** Exercise **
The expected answer is a bare count of the lines in the data below that contain "retainer".

** Records provided **
────────────────
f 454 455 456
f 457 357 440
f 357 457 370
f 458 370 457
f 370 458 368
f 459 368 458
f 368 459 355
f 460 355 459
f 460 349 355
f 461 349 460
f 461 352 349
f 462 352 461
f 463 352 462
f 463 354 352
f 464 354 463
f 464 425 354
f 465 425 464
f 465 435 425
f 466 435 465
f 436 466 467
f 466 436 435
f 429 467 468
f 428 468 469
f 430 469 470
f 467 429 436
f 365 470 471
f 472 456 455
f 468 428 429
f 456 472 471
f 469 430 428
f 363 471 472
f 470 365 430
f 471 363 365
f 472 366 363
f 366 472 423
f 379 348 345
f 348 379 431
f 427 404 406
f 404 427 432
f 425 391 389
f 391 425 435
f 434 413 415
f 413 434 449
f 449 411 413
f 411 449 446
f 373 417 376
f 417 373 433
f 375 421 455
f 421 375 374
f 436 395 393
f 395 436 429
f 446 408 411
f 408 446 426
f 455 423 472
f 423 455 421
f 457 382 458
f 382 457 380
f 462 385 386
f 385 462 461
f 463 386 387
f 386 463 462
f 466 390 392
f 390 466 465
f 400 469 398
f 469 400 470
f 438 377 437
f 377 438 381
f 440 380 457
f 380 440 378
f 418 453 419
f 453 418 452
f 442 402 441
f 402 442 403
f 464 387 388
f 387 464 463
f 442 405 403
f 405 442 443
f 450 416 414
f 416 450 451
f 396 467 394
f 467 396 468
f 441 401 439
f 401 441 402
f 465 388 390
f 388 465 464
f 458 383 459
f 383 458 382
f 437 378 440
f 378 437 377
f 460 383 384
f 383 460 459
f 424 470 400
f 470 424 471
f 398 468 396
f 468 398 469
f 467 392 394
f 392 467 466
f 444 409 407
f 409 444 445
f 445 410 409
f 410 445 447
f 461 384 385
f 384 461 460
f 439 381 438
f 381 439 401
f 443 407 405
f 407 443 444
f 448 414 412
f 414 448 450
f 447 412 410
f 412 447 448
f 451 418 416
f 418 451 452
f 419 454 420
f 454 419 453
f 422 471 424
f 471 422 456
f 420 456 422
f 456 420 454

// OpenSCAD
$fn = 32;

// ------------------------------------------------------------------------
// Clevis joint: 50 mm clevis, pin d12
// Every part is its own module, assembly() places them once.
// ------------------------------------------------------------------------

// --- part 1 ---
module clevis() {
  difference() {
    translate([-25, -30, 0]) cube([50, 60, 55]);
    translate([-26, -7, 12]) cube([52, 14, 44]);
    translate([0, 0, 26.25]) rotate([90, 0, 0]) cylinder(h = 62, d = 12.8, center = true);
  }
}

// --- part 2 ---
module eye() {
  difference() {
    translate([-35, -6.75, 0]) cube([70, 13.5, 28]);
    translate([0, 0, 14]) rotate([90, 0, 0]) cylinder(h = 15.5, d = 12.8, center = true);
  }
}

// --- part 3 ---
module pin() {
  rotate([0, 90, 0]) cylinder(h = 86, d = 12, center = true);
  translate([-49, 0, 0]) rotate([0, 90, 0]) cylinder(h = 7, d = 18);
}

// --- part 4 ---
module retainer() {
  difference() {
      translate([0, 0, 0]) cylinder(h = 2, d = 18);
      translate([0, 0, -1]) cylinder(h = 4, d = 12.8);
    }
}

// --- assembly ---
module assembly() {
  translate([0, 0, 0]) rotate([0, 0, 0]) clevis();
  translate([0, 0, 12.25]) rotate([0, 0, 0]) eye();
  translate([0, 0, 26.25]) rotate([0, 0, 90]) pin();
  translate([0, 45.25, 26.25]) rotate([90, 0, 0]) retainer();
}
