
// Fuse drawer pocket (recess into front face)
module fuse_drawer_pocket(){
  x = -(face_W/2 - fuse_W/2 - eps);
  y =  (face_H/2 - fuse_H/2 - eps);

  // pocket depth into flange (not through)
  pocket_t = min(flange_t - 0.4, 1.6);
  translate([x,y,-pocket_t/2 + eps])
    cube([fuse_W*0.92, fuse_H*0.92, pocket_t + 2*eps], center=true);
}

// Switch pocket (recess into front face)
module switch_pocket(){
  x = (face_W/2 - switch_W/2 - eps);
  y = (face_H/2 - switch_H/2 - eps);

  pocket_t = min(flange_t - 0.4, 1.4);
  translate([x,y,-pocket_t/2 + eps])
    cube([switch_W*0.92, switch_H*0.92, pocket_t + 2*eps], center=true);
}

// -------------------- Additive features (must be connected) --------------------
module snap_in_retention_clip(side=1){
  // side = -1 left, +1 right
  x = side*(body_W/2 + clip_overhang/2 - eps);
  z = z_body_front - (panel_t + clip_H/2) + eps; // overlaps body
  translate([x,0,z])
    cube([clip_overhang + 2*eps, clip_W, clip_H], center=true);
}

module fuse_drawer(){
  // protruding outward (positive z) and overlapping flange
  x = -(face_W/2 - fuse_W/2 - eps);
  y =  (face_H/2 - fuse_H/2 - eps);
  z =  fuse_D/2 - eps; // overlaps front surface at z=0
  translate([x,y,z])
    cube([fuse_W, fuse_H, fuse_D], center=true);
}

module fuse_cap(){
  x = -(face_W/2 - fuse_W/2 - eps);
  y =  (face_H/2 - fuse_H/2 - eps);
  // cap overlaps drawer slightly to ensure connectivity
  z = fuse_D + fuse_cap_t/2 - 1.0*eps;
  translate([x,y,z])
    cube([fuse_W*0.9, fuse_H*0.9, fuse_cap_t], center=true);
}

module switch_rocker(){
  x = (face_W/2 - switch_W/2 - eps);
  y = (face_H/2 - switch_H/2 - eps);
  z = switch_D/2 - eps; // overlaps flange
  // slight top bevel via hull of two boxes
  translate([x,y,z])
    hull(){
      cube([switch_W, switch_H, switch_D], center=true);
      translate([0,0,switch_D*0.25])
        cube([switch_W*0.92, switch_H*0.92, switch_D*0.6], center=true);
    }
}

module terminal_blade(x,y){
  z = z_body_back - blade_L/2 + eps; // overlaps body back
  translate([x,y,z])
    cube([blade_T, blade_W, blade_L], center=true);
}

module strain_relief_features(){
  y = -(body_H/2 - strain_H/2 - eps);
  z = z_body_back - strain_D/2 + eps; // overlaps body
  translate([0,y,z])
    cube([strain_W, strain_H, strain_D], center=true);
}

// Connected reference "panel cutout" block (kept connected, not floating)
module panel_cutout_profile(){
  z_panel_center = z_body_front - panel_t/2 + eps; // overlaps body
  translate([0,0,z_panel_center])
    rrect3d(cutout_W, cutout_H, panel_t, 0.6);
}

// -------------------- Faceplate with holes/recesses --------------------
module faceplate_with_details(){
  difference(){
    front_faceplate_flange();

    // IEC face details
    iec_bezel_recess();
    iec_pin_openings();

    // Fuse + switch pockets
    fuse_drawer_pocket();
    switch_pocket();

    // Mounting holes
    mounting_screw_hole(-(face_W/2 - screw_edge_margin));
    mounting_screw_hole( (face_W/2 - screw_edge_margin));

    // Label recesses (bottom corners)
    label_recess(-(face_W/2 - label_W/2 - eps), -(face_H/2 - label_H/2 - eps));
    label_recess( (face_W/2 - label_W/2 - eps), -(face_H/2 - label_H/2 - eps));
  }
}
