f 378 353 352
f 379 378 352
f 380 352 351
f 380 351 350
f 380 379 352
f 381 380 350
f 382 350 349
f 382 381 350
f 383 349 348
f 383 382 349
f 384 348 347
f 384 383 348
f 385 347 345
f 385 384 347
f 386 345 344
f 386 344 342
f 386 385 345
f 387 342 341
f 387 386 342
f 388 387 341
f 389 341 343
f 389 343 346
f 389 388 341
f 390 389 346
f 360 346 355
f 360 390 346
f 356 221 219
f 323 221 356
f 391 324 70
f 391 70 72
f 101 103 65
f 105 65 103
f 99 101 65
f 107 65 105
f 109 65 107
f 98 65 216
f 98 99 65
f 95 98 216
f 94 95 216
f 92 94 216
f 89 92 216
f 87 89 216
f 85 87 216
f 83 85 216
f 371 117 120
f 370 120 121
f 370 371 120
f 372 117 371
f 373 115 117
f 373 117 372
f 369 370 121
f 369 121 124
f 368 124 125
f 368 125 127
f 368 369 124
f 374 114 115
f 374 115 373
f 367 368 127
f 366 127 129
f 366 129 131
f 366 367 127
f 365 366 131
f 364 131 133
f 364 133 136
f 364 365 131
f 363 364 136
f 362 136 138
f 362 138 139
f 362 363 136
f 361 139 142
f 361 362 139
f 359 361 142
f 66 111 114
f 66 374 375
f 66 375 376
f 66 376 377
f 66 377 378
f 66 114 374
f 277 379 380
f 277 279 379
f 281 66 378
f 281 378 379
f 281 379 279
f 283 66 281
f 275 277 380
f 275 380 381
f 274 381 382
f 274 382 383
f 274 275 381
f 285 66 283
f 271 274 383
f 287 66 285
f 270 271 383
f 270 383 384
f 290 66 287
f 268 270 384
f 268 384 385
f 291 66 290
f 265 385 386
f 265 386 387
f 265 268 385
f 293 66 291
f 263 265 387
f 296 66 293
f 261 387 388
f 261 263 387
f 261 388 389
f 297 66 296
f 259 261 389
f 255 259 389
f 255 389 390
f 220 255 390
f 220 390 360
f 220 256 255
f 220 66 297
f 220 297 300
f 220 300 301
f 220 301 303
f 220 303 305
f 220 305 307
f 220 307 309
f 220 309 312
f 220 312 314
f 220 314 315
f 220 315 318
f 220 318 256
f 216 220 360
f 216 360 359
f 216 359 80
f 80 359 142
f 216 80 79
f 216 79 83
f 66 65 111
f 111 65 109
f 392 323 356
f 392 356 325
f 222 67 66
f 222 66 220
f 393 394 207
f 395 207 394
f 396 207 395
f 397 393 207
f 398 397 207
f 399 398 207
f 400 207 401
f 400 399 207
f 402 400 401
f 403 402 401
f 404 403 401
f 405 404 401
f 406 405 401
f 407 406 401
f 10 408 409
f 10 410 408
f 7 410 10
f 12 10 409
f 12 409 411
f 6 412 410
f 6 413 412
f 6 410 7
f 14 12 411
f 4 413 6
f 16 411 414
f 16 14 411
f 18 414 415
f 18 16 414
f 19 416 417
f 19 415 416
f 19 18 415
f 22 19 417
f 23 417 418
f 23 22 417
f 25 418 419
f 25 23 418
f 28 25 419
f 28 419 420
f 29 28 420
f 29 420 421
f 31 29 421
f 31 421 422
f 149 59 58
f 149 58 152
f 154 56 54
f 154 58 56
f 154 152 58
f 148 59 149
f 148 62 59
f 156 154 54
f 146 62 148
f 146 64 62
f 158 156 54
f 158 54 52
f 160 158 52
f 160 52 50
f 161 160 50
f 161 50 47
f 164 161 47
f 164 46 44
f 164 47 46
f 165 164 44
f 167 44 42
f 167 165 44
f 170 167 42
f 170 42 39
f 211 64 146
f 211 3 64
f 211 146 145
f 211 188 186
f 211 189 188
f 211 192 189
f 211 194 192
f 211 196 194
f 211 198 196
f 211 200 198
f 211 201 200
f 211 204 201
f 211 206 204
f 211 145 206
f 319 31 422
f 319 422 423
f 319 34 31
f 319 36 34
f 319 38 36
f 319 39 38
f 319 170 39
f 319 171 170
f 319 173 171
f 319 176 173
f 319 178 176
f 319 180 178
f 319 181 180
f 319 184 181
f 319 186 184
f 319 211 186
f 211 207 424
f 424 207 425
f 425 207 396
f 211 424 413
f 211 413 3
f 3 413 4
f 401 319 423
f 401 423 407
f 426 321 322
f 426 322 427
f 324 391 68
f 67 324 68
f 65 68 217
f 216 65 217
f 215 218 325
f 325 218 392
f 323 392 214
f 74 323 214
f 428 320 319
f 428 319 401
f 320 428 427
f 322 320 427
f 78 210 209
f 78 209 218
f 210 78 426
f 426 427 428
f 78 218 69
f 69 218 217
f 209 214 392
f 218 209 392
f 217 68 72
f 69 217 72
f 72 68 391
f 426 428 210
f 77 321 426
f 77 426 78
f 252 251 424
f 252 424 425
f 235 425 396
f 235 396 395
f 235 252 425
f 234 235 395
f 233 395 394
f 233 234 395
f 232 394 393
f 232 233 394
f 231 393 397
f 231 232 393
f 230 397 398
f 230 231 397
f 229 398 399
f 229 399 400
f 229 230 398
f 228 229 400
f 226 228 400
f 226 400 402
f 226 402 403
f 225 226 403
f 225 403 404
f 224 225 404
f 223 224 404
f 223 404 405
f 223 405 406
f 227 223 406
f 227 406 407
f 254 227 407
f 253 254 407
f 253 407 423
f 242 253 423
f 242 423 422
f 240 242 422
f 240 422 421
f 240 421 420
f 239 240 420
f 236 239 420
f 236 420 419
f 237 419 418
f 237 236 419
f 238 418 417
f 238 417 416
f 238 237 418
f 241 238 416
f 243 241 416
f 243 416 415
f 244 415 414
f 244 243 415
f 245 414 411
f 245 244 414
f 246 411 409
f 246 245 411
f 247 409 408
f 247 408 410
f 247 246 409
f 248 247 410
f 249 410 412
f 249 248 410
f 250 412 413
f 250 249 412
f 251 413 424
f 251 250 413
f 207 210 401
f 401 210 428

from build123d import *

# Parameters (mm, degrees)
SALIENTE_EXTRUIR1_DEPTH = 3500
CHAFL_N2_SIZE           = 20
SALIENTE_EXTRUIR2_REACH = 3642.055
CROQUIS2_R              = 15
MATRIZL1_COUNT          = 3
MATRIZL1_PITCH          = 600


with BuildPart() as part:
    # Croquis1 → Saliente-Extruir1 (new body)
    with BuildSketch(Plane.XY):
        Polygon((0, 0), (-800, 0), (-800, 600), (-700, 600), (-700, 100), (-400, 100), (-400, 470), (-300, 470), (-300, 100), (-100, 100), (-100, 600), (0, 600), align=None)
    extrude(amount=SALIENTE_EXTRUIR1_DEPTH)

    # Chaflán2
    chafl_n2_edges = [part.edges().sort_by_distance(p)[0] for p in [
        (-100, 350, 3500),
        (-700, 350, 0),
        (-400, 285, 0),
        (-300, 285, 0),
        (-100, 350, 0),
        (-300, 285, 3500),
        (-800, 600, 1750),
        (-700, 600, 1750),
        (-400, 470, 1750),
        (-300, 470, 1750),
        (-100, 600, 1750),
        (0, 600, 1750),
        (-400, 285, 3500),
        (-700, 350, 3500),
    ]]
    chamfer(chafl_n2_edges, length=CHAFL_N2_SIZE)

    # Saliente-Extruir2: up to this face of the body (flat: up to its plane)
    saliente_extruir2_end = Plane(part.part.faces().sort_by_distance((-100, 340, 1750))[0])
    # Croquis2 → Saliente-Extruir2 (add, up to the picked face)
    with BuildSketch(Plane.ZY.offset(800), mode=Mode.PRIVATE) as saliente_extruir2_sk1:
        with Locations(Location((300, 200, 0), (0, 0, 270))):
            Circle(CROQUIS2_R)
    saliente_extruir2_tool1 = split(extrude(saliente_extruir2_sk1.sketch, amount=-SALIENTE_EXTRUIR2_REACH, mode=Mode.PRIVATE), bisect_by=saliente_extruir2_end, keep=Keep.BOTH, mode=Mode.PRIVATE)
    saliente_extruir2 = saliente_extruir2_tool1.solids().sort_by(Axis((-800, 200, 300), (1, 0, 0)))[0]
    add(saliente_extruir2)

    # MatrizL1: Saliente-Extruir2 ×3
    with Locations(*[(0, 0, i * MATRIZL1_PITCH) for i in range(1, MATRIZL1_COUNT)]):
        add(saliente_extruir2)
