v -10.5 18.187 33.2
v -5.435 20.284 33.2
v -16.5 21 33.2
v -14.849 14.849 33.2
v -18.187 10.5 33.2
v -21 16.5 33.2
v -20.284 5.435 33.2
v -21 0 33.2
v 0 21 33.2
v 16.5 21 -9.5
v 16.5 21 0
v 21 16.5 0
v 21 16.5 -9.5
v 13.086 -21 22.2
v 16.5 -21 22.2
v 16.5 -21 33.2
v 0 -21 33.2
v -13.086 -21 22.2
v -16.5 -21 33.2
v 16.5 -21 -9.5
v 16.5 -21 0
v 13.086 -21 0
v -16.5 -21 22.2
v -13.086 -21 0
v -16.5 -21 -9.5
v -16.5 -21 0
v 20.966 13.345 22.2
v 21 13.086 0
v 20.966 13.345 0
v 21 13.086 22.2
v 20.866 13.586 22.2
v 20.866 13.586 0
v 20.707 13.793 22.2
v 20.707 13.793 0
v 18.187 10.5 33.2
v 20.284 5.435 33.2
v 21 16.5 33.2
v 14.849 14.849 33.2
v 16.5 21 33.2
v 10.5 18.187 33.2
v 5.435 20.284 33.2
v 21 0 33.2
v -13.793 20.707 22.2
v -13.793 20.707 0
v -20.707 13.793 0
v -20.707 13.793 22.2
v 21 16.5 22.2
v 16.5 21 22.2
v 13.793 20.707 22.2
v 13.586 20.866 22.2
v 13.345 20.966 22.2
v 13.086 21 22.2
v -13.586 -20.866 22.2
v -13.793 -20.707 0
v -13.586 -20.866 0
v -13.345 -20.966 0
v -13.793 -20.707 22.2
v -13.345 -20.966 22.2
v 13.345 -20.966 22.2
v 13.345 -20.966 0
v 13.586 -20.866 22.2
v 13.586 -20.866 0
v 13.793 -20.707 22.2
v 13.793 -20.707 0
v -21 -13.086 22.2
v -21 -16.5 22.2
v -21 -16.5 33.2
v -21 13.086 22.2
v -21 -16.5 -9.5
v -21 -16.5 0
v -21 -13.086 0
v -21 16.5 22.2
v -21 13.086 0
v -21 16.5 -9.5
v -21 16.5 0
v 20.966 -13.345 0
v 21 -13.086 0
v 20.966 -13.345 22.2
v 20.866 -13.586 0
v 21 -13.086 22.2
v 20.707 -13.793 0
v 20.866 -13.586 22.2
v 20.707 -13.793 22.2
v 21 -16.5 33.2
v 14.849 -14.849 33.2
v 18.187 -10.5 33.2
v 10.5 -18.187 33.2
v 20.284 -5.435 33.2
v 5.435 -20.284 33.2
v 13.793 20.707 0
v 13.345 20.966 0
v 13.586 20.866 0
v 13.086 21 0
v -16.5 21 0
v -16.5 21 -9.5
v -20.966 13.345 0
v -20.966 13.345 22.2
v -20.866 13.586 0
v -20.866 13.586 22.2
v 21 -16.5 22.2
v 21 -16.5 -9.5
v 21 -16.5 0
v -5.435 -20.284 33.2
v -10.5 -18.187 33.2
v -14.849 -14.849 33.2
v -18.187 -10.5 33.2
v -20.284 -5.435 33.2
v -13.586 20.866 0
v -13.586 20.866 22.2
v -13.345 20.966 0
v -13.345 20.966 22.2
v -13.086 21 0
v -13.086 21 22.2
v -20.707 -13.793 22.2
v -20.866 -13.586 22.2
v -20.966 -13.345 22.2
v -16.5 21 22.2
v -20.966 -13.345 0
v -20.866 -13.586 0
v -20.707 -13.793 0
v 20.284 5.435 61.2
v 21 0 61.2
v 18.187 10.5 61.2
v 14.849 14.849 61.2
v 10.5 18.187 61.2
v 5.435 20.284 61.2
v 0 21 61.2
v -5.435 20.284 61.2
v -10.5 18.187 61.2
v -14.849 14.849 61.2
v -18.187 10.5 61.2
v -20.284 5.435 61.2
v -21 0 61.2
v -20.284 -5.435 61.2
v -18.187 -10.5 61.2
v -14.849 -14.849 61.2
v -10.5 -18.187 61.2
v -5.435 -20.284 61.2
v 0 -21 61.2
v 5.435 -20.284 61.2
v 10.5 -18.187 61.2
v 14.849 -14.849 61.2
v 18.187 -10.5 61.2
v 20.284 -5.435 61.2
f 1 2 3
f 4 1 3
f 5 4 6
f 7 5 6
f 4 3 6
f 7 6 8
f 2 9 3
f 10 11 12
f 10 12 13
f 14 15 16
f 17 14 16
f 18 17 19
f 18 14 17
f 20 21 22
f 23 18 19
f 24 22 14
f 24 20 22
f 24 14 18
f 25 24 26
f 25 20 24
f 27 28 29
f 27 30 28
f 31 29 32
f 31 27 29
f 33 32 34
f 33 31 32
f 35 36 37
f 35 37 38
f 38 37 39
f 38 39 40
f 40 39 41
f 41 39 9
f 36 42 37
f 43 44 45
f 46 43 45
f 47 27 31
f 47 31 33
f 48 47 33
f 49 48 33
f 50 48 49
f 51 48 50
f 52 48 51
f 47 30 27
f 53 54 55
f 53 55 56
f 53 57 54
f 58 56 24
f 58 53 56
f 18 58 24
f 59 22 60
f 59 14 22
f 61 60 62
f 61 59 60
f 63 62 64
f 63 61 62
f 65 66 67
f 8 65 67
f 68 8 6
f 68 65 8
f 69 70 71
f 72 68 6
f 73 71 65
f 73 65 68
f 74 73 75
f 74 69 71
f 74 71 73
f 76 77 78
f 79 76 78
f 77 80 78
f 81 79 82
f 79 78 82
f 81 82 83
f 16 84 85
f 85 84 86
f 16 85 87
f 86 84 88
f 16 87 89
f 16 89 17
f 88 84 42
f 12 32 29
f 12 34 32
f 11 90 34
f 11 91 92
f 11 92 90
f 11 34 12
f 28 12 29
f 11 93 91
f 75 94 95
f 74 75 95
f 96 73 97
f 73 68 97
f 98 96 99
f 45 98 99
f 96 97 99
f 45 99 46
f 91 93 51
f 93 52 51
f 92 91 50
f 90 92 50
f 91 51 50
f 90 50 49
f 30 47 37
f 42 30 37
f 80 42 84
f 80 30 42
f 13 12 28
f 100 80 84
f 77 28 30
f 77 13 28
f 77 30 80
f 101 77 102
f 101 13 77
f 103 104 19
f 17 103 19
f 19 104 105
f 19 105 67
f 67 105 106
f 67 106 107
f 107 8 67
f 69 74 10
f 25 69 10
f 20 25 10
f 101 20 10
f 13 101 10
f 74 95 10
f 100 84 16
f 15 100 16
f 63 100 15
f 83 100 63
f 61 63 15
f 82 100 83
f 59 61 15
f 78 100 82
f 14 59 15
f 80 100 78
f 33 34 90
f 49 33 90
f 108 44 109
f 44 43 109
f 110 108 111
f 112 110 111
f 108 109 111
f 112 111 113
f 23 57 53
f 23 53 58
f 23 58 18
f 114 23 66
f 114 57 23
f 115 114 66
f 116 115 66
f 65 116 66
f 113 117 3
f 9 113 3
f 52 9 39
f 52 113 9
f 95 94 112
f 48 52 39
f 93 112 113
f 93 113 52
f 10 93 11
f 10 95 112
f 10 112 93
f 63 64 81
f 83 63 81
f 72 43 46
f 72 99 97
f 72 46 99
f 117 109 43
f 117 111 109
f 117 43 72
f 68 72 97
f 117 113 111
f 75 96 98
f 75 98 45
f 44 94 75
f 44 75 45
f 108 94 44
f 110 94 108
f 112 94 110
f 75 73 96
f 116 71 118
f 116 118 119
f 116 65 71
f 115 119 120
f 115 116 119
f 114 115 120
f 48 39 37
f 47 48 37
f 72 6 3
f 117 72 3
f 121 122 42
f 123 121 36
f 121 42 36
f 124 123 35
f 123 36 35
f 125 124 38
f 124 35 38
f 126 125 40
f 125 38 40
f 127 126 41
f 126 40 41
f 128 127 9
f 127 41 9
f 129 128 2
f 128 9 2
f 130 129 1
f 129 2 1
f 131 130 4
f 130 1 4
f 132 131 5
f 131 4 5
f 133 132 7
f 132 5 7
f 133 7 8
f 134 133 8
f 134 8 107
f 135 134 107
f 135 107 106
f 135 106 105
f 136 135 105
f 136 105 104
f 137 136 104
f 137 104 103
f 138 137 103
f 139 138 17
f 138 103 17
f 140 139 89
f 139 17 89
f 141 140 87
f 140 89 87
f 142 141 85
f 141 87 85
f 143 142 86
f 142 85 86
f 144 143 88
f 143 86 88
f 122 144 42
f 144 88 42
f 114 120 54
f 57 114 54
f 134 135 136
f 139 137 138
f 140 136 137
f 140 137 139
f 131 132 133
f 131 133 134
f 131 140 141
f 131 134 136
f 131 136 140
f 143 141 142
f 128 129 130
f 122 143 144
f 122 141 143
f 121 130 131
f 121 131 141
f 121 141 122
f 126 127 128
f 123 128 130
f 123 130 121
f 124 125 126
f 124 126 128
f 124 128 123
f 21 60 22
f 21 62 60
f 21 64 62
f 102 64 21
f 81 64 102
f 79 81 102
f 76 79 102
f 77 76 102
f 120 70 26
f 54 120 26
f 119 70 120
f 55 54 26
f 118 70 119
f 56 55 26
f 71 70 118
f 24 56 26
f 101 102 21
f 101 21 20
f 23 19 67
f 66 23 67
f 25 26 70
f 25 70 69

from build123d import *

# Parameters (mm, degrees)
SKETCH1_W           = 42
SKETCH1_H           = 42
BOSS_EXTRUDE1_DEPTH = 9.5
CHAMFER1_SIZE       = 4.5
BOSS_EXTRUDE2_DEPTH = 22.2
FILLET1_R           = 1
BOSS_EXTRUDE3_DEPTH = 11
SKETCH5_R           = 21
BOSS_EXTRUDE4_DEPTH = 28


with BuildPart() as part:
    # Sketch1 → Boss-Extrude1 (new body)
    with BuildSketch(Plane.XY):
        Rectangle(SKETCH1_W, SKETCH1_H)
    extrude(amount=-BOSS_EXTRUDE1_DEPTH)

    # Chamfer1
    chamfer1_edges = [part.edges().sort_by_distance(p)[0] for p in [
        (21, -21, -4.75),
        (-21, -21, -4.75),
        (-21, 21, -4.75),
        (21, 21, -4.75),
    ]]
    chamfer(chamfer1_edges, length=CHAMFER1_SIZE)

    # Sketch3 → Boss-Extrude2 (add)
    with BuildSketch(Plane.XY):
        Polygon((13.5, 21), (-13.5, 21), (-21, 13.5), (-21, -13.5), (-13.5, -21), (13.5, -21), (21, -13.5), (21, 13.5), align=None)
    extrude(amount=BOSS_EXTRUDE2_DEPTH)

    # Fillet1
    fillet1_edges = [part.edges().sort_by_distance(p)[0] for p in [
        (-13.5, 21, 11.1),
        (-21, 13.5, 11.1),
        (-21, -13.5, 11.1),
        (-13.5, -21, 11.1),
        (13.5, -21, 11.1),
        (21, -13.5, 11.1),
        (21, 13.5, 11.1),
        (13.5, 21, 11.1),
    ]]
    fillet(fillet1_edges, radius=FILLET1_R)

    # Sketch4 → Boss-Extrude3 (add)
    with BuildSketch(Plane.XY.offset(22.2)):
        Polygon((-21, 16.5), (-16.5, 21), (16.5, 21), (21, 16.5), (21, -16.5), (16.5, -21), (-16.5, -21), (-21, -16.5), align=None)
    extrude(amount=BOSS_EXTRUDE3_DEPTH)

    # Sketch5 → Boss-Extrude4 (add)
    with BuildSketch(Plane.XY.offset(33.2)):
        Circle(SKETCH5_R)
    extrude(amount=BOSS_EXTRUDE4_DEPTH)


solid = part.part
────────────────
** Your solution **
2